The most commonly isolated microorganisms from mares with placentitis are Streptococcus zooepidemicus, Escherichia coli, Pseudomonas aeruginosa, Klebsiella pneumoniae, Nocardioform actinomycete, Aspergillus spp., and Candida organisms. The mechanism of abortion as a result of placentitis is not fully understood, but it most likely involves infection of the fetus, hormonal changes, the release of inflammatory mediators, and deprivation of the fetus of nutrients.

Placentitis: Clinical Signs and Diagnosis

Placentitis: Treatment And Prevention

Treatment of mares with placentitis should focus on elimination of the infectious agents, reduction of the inflammatory response, and reduction of the increased myometrial contractility in response to the ongoing inflammation. No controlled studies have been reported on the efficacy of treatments for mares with placentitis, and the following recommendations are based on clinical experience and extrapolation from other species.

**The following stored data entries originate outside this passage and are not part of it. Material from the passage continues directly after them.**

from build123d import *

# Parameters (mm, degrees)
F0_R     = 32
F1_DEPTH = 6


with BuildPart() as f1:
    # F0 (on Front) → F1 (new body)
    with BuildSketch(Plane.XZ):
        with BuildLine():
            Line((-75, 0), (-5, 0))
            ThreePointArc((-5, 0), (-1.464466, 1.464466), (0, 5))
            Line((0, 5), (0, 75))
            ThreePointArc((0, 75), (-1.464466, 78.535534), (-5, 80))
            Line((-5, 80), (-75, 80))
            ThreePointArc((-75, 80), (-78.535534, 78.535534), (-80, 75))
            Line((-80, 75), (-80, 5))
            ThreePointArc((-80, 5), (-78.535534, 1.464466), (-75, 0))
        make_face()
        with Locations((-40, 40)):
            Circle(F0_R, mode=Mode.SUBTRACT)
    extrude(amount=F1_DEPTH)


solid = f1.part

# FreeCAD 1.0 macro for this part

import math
import FreeCAD as App
import Part
import Sketcher

V = App.Vector
Q = App.Units.Quantity

doc = App.newDocument("Part")
body = doc.addObject("PartDesign::Body", "Body")

sketch1 = body.newObject("Sketcher::SketchObject", "Sketch")
sketch1.AttachmentSupport = (doc.getObject("XZ_Plane"), [""])
sketch1.MapMode = "FlatFace"
sketch1.addGeometry([
    Part.LineSegment(V(-75, 0, 0), V(-5, 0, 0)),
    Part.ArcOfCircle(Part.Circle(V(-5, 5, 0), V(0, 0, 1), 5), math.radians(-90.000004), math.radians(0.000004)),
    Part.LineSegment(V(0, 5, 0), V(0, 75, 0)),
    Part.ArcOfCircle(Part.Circle(V(-5, 75, 0), V(0, 0, 1), 5), math.radians(-0.000004), math.radians(90.000004)),
    Part.LineSegment(V(-5, 80, 0), V(-75, 80, 0)),
    Part.ArcOfCircle(Part.Circle(V(-75, 75, 0), V(0, 0, 1), 5), math.radians(89.999996), math.radians(180.000004)),
    Part.LineSegment(V(-80, 75, 0), V(-80, 5, 0)),
    Part.ArcOfCircle(Part.Circle(V(-75, 5, 0), V(0, 0, 1), 5), math.radians(179.999996), math.radians(270.000004)),
    Part.Circle(V(-40, 40, 0), V(0, 0, 1), 32),
], False)
sketch1.addConstraint([
    Sketcher.Constraint("Tangent", 0, 2, 1, 1),
    Sketcher.Constraint("Tangent", 1, 2, 2, 1),
    Sketcher.Constraint("Tangent", 2, 2, 3, 1),
    Sketcher.Constraint("Tangent", 3, 2, 4, 1),
    Sketcher.Constraint("Tangent", 4, 2, 5, 1),
    Sketcher.Constraint("Tangent", 5, 2, 6, 1),
    Sketcher.Constraint("Tangent", 6, 2, 7, 1),
    Sketcher.Constraint("Tangent", 7, 2, 0, 1),
    Sketcher.Constraint("Horizontal", 0),
    Sketcher.Constraint("Vertical", 2),
    Sketcher.Constraint("Horizontal", 4),
    Sketcher.Constraint("Vertical", 6),
    Sketcher.Constraint("Equal", 1, 3),
    Sketcher.Constraint("Equal", 3, 5),
    Sketcher.Constraint("Equal", 5, 7),
    Sketcher.Constraint("PointOnObject", 0, 2, -1),
    Sketcher.Constraint("PointOnObject", 1, 2, -2),
    Sketcher.Constraint("Equal", 4, 2),
    Sketcher.Constraint("Diameter", 8, Q("64 mm")),
    Sketcher.Constraint("Radius", 1, Q("5 mm")),
    Sketcher.Constraint("DistanceX", 0, 1, 0, 2, Q("70 mm")),
    Sketcher.Constraint("DistanceX", 8, 3, -1, 1, Q("40 mm")),
    Sketcher.Constraint("DistanceY", -1, 1, 8, 3, Q("40 mm")),
])
pad1 = body.newObject("PartDesign::Pad", "Pad")
pad1.Profile = sketch1
pad1.Length = 6

doc.recompute()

Urine pooling, cervical lesions, and poor perineal conformation should be corrected to prevent an ascending route of infection during pregnancy. Mares with abnormal placental findings on ultrasonographic examination or clinical signs of placentitis should be treated with broad-spectrum antibiotics, antiinflammatories (flunixin meglumine, 1.1 mg/kg ql2h; or phenylbutazone, 4 mg/kg ql2h), and tocolytics (altrenogest, 0.088 mg/kg q24h; or clenbuterol, 0.8 μg/kg ql2h). Pentoxifylline (7.5 mg/kg PO ql2h) is thought to increase oxygenation of the placenta through an increased deformability of red blood cells. A bacterial culture should be obtained in mares with vaginal discharge for isolation of a causative agent and sensitivity to antibiotics. After foaling or abortion, the uterus of the mare should be cultured and the mare should be treated for endometritis if the culture is positive.

Mares have been reported to deliver normally developed foals several weeks or even months after successful treatment of placentitis. No current diagnostic method exists, however, to predict how the compromised uterine environment in a mare with placentitis will affect the development of her fetus in individual cases.